_Task details:_
Across the entries below, tally every line that holds the string "None" and reply with the number only.

_Dataset entries:_
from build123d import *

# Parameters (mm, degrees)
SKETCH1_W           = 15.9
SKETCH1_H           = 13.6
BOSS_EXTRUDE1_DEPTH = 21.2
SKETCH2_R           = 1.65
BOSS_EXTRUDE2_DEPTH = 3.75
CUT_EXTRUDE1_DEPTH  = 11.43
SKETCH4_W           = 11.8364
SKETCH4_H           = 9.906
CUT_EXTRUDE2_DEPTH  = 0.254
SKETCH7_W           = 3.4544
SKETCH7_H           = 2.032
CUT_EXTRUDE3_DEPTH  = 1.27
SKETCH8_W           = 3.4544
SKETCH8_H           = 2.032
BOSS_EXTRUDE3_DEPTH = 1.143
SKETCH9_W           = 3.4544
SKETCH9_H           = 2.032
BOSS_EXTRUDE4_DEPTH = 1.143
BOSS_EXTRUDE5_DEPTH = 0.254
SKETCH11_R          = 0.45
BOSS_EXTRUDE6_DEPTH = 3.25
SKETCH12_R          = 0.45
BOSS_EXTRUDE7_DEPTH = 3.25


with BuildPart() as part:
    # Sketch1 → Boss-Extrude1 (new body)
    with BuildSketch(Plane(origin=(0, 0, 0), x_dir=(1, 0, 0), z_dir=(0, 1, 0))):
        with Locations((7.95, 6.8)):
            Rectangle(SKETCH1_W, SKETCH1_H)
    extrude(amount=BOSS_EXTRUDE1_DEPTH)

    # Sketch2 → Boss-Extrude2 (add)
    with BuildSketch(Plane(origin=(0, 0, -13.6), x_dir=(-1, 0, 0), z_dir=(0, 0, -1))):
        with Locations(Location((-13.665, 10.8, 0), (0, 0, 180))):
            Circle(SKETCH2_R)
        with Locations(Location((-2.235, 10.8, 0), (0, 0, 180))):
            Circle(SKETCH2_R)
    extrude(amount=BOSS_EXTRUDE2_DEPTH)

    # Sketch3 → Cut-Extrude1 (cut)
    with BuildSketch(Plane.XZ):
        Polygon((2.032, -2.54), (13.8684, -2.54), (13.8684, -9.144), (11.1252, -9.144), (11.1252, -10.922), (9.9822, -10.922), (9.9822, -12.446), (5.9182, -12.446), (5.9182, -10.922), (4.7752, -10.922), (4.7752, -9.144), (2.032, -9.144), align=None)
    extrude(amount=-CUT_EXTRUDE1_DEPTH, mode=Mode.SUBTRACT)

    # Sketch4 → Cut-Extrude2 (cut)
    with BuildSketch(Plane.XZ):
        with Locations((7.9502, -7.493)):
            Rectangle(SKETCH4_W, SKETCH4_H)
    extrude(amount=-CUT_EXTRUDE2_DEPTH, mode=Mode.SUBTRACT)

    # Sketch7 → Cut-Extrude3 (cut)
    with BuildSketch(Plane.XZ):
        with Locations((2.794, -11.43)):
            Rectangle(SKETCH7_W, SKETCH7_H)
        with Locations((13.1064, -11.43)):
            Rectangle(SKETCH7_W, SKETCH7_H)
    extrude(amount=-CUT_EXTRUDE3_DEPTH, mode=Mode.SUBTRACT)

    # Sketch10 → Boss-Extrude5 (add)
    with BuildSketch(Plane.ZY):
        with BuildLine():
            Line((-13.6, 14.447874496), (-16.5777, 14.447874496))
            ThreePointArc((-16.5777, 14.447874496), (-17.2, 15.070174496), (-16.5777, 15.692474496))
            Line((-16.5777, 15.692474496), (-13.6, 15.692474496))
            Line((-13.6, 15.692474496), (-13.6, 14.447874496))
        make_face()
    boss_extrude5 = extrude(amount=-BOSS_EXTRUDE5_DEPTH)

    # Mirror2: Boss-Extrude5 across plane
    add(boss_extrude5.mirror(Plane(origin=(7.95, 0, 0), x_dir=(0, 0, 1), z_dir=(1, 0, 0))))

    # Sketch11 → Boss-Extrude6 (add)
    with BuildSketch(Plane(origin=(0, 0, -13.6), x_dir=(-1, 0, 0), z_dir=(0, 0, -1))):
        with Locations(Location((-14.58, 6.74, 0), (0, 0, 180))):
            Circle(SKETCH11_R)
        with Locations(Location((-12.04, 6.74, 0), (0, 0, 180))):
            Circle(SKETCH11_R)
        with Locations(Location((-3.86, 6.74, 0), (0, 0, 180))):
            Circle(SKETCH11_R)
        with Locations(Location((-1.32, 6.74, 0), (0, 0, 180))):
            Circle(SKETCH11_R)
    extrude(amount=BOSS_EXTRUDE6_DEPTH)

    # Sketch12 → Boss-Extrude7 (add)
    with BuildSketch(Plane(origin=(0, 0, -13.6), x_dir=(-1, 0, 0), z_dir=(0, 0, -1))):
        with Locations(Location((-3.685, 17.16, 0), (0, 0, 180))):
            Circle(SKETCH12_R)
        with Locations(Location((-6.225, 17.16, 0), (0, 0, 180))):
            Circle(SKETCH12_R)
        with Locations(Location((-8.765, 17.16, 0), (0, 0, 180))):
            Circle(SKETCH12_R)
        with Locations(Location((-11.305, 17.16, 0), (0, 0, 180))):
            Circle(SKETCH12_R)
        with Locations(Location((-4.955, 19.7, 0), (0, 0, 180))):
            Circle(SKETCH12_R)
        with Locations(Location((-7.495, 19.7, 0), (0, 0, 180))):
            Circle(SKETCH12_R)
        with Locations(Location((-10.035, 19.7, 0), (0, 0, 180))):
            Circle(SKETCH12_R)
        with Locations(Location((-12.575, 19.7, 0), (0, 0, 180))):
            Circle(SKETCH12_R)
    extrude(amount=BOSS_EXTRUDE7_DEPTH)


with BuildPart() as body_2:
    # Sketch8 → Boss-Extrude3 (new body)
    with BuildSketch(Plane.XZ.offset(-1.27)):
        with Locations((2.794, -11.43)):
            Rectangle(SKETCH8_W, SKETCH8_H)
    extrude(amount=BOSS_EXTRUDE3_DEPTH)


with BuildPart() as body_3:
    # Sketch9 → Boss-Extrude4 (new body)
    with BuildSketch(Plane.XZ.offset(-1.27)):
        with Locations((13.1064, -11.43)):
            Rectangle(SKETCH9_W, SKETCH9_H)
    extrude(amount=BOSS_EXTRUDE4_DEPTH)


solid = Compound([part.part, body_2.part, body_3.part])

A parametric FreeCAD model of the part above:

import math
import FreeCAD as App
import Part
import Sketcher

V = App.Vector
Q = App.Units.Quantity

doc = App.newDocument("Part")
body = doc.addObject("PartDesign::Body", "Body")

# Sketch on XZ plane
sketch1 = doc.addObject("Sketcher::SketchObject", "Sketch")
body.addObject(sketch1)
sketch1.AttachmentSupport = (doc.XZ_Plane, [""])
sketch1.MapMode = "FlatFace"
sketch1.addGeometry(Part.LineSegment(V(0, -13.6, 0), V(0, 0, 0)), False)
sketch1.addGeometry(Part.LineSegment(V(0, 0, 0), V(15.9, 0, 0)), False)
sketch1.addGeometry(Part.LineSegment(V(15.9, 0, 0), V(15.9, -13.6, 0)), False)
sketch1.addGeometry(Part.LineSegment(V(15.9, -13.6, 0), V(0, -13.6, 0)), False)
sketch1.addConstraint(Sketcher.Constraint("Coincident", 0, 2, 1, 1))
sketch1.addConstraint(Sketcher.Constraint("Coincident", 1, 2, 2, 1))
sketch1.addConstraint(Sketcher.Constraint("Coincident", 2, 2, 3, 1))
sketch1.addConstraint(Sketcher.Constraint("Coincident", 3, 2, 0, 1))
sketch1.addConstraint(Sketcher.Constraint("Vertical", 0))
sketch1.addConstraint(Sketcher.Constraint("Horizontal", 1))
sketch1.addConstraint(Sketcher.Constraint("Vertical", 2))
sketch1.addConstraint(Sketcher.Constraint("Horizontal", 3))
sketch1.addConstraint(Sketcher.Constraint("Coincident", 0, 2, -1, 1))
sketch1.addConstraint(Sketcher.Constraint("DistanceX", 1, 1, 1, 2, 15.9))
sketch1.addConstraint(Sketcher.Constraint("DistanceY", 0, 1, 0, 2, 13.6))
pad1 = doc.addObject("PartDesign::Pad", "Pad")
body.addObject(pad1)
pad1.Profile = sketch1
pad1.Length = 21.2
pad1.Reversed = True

...

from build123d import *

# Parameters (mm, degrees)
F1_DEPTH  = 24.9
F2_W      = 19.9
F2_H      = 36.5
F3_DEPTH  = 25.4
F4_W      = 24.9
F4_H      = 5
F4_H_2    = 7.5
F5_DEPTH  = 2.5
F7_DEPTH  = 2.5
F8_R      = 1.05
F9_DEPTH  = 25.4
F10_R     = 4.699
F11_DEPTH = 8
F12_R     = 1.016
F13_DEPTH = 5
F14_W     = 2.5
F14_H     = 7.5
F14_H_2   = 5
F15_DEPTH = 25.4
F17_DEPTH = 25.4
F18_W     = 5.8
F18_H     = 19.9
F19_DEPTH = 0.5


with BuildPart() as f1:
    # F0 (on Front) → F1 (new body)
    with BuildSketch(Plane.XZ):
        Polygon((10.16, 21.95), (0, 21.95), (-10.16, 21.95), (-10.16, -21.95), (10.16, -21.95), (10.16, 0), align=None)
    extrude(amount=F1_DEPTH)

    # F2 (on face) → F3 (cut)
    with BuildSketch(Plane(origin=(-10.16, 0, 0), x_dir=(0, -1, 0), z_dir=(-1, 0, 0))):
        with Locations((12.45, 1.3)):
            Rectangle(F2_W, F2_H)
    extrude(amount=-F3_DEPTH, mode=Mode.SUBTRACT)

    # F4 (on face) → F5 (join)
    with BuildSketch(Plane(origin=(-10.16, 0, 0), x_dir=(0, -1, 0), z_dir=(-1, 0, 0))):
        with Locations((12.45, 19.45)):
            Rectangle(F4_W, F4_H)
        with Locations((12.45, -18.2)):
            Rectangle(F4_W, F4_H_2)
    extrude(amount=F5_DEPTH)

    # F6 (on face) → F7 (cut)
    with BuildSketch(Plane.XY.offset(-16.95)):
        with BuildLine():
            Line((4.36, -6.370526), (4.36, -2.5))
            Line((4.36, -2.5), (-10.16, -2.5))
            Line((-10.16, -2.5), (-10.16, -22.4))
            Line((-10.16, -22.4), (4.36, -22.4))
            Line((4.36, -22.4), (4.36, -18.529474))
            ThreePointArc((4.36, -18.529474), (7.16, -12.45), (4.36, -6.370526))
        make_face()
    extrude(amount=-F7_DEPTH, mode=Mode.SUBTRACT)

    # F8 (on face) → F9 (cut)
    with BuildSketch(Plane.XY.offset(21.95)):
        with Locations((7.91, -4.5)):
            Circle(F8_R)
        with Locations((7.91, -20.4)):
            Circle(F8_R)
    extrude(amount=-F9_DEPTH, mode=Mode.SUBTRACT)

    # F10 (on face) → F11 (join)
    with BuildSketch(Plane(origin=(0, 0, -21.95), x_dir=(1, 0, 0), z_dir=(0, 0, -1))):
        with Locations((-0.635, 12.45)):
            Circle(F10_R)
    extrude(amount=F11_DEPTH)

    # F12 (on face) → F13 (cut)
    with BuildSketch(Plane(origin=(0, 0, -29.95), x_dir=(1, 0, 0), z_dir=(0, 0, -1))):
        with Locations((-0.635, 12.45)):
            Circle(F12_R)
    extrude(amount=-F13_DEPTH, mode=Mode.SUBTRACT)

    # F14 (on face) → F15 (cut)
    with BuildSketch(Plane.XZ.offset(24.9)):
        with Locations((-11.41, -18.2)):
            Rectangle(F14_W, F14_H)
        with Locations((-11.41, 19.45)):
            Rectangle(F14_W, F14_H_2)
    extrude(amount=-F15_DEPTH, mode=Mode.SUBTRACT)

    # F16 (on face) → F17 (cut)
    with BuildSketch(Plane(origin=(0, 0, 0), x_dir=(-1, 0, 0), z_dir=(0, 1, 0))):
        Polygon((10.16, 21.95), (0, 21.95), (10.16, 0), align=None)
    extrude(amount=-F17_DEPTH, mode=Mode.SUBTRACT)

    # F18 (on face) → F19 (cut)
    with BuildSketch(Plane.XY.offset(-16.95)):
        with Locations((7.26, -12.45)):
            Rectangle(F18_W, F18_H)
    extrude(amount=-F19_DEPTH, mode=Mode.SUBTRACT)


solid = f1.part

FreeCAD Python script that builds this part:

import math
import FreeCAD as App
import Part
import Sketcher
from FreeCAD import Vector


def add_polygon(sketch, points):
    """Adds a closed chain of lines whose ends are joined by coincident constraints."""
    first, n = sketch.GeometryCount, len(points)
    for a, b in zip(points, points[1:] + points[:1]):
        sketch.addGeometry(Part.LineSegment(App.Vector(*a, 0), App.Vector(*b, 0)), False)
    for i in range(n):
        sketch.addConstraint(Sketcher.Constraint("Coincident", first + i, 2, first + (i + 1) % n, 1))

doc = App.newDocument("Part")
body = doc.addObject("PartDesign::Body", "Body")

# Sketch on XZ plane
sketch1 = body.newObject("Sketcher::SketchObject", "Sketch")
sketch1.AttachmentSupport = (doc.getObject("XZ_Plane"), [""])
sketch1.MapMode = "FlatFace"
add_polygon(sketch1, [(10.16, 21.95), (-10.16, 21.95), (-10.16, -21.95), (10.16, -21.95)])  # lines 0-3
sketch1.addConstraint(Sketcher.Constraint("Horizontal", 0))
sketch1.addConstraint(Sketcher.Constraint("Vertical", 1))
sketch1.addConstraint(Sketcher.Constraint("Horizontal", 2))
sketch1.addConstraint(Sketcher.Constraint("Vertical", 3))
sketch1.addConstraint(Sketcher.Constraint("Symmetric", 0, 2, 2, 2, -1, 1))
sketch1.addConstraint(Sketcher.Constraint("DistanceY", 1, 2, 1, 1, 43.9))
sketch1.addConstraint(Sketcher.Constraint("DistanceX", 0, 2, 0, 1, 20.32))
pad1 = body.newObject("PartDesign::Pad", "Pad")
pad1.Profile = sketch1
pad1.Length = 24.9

_Exercise solution:_
3